# [What is required]
Lines before the one containing "f 129 247 248" are excluded; retype that line and all remaining lines of the material exactly.

# [Data to use]
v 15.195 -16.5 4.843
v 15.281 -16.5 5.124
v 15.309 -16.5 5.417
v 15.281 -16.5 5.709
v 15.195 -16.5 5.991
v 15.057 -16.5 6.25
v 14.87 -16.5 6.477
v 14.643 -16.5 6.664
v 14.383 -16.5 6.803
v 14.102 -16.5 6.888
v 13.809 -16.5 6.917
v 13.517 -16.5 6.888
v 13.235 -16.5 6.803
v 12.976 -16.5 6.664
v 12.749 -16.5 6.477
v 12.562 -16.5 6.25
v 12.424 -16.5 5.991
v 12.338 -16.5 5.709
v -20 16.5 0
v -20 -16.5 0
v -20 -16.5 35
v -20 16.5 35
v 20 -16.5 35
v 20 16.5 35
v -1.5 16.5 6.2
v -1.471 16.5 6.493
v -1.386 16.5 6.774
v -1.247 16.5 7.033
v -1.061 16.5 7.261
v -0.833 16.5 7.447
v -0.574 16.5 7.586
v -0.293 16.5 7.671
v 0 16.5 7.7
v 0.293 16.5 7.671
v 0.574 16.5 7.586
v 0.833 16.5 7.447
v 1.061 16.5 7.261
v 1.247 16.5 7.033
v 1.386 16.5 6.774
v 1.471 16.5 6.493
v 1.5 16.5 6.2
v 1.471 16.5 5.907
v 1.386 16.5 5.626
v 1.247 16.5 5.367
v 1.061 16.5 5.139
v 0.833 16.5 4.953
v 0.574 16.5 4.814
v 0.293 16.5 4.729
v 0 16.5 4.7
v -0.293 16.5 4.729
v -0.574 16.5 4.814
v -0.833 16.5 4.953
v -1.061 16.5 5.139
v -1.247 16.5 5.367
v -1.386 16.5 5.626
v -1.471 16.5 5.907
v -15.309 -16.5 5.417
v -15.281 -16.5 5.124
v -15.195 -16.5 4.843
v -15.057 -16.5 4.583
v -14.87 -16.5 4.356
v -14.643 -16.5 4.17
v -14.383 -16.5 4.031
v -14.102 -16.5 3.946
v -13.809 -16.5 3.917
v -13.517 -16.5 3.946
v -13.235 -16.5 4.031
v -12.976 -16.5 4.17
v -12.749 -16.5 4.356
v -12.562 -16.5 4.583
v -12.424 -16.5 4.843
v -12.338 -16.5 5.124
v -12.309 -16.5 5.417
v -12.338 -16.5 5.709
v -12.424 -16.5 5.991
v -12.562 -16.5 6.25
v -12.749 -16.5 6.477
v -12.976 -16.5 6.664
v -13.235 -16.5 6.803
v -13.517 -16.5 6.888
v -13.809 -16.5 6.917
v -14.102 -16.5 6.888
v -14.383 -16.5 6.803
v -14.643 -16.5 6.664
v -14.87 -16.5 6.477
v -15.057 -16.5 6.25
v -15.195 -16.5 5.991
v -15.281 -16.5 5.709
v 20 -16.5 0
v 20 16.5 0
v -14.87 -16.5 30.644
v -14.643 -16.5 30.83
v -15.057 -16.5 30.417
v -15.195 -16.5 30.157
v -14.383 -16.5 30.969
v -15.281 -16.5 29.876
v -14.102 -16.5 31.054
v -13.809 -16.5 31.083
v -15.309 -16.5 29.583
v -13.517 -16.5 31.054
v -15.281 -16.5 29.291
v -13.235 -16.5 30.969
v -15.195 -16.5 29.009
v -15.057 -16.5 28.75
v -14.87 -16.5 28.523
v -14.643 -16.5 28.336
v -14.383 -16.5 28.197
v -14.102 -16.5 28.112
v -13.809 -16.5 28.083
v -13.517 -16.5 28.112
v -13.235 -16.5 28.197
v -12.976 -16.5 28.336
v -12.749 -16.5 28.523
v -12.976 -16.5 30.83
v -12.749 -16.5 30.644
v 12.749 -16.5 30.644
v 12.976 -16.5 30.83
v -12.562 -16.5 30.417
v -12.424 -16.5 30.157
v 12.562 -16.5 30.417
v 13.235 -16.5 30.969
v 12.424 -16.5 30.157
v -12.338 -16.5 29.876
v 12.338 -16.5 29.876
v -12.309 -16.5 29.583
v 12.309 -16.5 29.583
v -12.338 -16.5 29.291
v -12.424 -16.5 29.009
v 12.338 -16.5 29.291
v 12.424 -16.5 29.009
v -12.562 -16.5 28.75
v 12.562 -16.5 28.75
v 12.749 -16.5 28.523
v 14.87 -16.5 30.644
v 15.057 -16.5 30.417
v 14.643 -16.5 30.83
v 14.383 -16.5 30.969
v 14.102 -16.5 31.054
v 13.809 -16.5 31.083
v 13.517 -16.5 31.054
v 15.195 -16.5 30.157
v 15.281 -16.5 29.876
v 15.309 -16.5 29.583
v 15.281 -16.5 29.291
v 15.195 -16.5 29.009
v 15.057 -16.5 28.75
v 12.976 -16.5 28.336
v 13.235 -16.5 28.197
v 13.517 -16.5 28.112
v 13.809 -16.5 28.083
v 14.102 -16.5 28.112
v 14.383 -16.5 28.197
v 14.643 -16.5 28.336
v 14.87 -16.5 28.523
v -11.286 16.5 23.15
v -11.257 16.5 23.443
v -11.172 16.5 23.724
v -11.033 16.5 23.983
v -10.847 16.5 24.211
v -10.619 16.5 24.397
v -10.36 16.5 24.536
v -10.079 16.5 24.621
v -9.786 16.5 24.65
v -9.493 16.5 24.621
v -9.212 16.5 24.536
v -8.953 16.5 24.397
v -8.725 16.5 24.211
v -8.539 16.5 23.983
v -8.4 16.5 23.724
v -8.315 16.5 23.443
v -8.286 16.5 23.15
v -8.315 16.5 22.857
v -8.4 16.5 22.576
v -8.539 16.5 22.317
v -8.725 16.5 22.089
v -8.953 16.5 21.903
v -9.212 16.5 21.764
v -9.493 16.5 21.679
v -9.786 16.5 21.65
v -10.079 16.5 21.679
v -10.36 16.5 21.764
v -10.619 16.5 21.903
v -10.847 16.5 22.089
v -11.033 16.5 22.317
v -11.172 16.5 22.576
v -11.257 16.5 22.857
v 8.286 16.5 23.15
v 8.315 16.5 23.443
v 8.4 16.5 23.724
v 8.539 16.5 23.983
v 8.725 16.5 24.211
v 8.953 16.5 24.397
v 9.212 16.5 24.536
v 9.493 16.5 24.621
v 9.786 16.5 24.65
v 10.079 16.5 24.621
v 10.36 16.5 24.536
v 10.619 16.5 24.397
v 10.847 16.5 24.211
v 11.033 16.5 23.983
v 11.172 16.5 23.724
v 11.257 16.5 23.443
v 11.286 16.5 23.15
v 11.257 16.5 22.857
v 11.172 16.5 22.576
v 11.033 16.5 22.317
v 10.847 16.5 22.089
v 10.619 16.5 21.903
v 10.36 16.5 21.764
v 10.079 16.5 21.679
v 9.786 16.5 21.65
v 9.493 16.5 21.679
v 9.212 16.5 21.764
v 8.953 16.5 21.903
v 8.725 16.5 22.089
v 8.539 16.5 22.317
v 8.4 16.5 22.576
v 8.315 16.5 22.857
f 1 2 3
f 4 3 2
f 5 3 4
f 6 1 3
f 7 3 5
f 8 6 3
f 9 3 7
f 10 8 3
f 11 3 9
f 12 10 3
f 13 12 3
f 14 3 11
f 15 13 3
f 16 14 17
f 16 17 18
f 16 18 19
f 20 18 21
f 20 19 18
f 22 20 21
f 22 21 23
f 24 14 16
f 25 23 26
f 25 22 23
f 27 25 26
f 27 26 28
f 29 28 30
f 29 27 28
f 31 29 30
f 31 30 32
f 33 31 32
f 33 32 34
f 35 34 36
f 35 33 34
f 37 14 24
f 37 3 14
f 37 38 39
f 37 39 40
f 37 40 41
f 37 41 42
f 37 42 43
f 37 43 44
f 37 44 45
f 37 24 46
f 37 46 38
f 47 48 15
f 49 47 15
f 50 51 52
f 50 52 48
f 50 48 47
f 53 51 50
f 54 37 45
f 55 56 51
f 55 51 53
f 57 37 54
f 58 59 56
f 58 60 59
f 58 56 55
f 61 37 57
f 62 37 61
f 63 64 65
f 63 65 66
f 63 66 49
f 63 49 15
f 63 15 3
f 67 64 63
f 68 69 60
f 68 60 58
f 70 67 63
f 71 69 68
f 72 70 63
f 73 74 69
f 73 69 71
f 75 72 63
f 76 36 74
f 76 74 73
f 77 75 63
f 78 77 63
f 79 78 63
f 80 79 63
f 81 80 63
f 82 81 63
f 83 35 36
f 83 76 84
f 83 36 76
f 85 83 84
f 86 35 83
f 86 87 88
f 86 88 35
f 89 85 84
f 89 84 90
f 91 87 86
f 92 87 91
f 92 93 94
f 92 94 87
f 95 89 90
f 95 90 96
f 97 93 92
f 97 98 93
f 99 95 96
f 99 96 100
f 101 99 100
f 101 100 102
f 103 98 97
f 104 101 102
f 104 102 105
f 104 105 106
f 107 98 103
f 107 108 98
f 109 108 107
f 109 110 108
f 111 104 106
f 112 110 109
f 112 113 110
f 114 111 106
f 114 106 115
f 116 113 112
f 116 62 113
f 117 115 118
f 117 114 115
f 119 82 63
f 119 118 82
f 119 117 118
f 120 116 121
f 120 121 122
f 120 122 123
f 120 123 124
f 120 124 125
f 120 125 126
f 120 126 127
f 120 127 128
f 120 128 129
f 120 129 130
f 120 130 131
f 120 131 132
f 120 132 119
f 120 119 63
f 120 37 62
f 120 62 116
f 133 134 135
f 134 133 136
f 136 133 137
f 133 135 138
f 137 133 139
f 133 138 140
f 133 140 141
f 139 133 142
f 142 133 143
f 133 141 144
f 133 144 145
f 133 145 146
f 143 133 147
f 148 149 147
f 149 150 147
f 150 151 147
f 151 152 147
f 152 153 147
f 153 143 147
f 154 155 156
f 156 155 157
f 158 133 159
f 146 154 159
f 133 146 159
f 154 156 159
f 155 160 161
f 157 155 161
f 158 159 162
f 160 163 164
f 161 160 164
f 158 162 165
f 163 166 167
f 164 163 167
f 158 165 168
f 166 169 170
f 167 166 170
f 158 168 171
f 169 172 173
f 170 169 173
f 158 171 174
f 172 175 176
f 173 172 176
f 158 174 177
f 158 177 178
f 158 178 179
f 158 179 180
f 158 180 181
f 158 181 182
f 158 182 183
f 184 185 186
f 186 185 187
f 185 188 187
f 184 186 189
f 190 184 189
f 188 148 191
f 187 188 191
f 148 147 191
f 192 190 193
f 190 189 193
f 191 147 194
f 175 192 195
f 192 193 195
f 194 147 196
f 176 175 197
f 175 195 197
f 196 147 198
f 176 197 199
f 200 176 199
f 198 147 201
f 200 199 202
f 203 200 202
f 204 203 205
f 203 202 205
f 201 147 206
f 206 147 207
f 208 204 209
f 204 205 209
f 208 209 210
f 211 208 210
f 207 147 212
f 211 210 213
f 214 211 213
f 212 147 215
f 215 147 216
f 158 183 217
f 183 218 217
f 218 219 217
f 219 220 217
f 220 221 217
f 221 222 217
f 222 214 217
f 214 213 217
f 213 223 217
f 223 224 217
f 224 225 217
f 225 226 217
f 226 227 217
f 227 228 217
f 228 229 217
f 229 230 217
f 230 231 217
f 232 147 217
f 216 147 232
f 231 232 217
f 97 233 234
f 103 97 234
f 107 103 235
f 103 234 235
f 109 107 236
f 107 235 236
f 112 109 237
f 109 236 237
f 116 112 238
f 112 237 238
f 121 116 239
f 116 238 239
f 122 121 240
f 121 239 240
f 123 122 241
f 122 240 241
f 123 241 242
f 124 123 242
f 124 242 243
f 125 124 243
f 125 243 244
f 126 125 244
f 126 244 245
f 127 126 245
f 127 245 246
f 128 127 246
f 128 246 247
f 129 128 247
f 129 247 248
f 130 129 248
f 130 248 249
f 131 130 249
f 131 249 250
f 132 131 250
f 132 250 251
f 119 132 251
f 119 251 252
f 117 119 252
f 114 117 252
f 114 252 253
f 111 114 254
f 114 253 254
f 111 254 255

# [Written answer]
f 129 247 248
f 130 129 248
f 130 248 249
f 131 130 249
f 131 249 250
f 132 131 250
f 132 250 251
f 119 132 251
f 119 251 252
f 117 119 252
f 114 117 252
f 114 252 253
f 111 114 254
f 114 253 254
f 111 254 255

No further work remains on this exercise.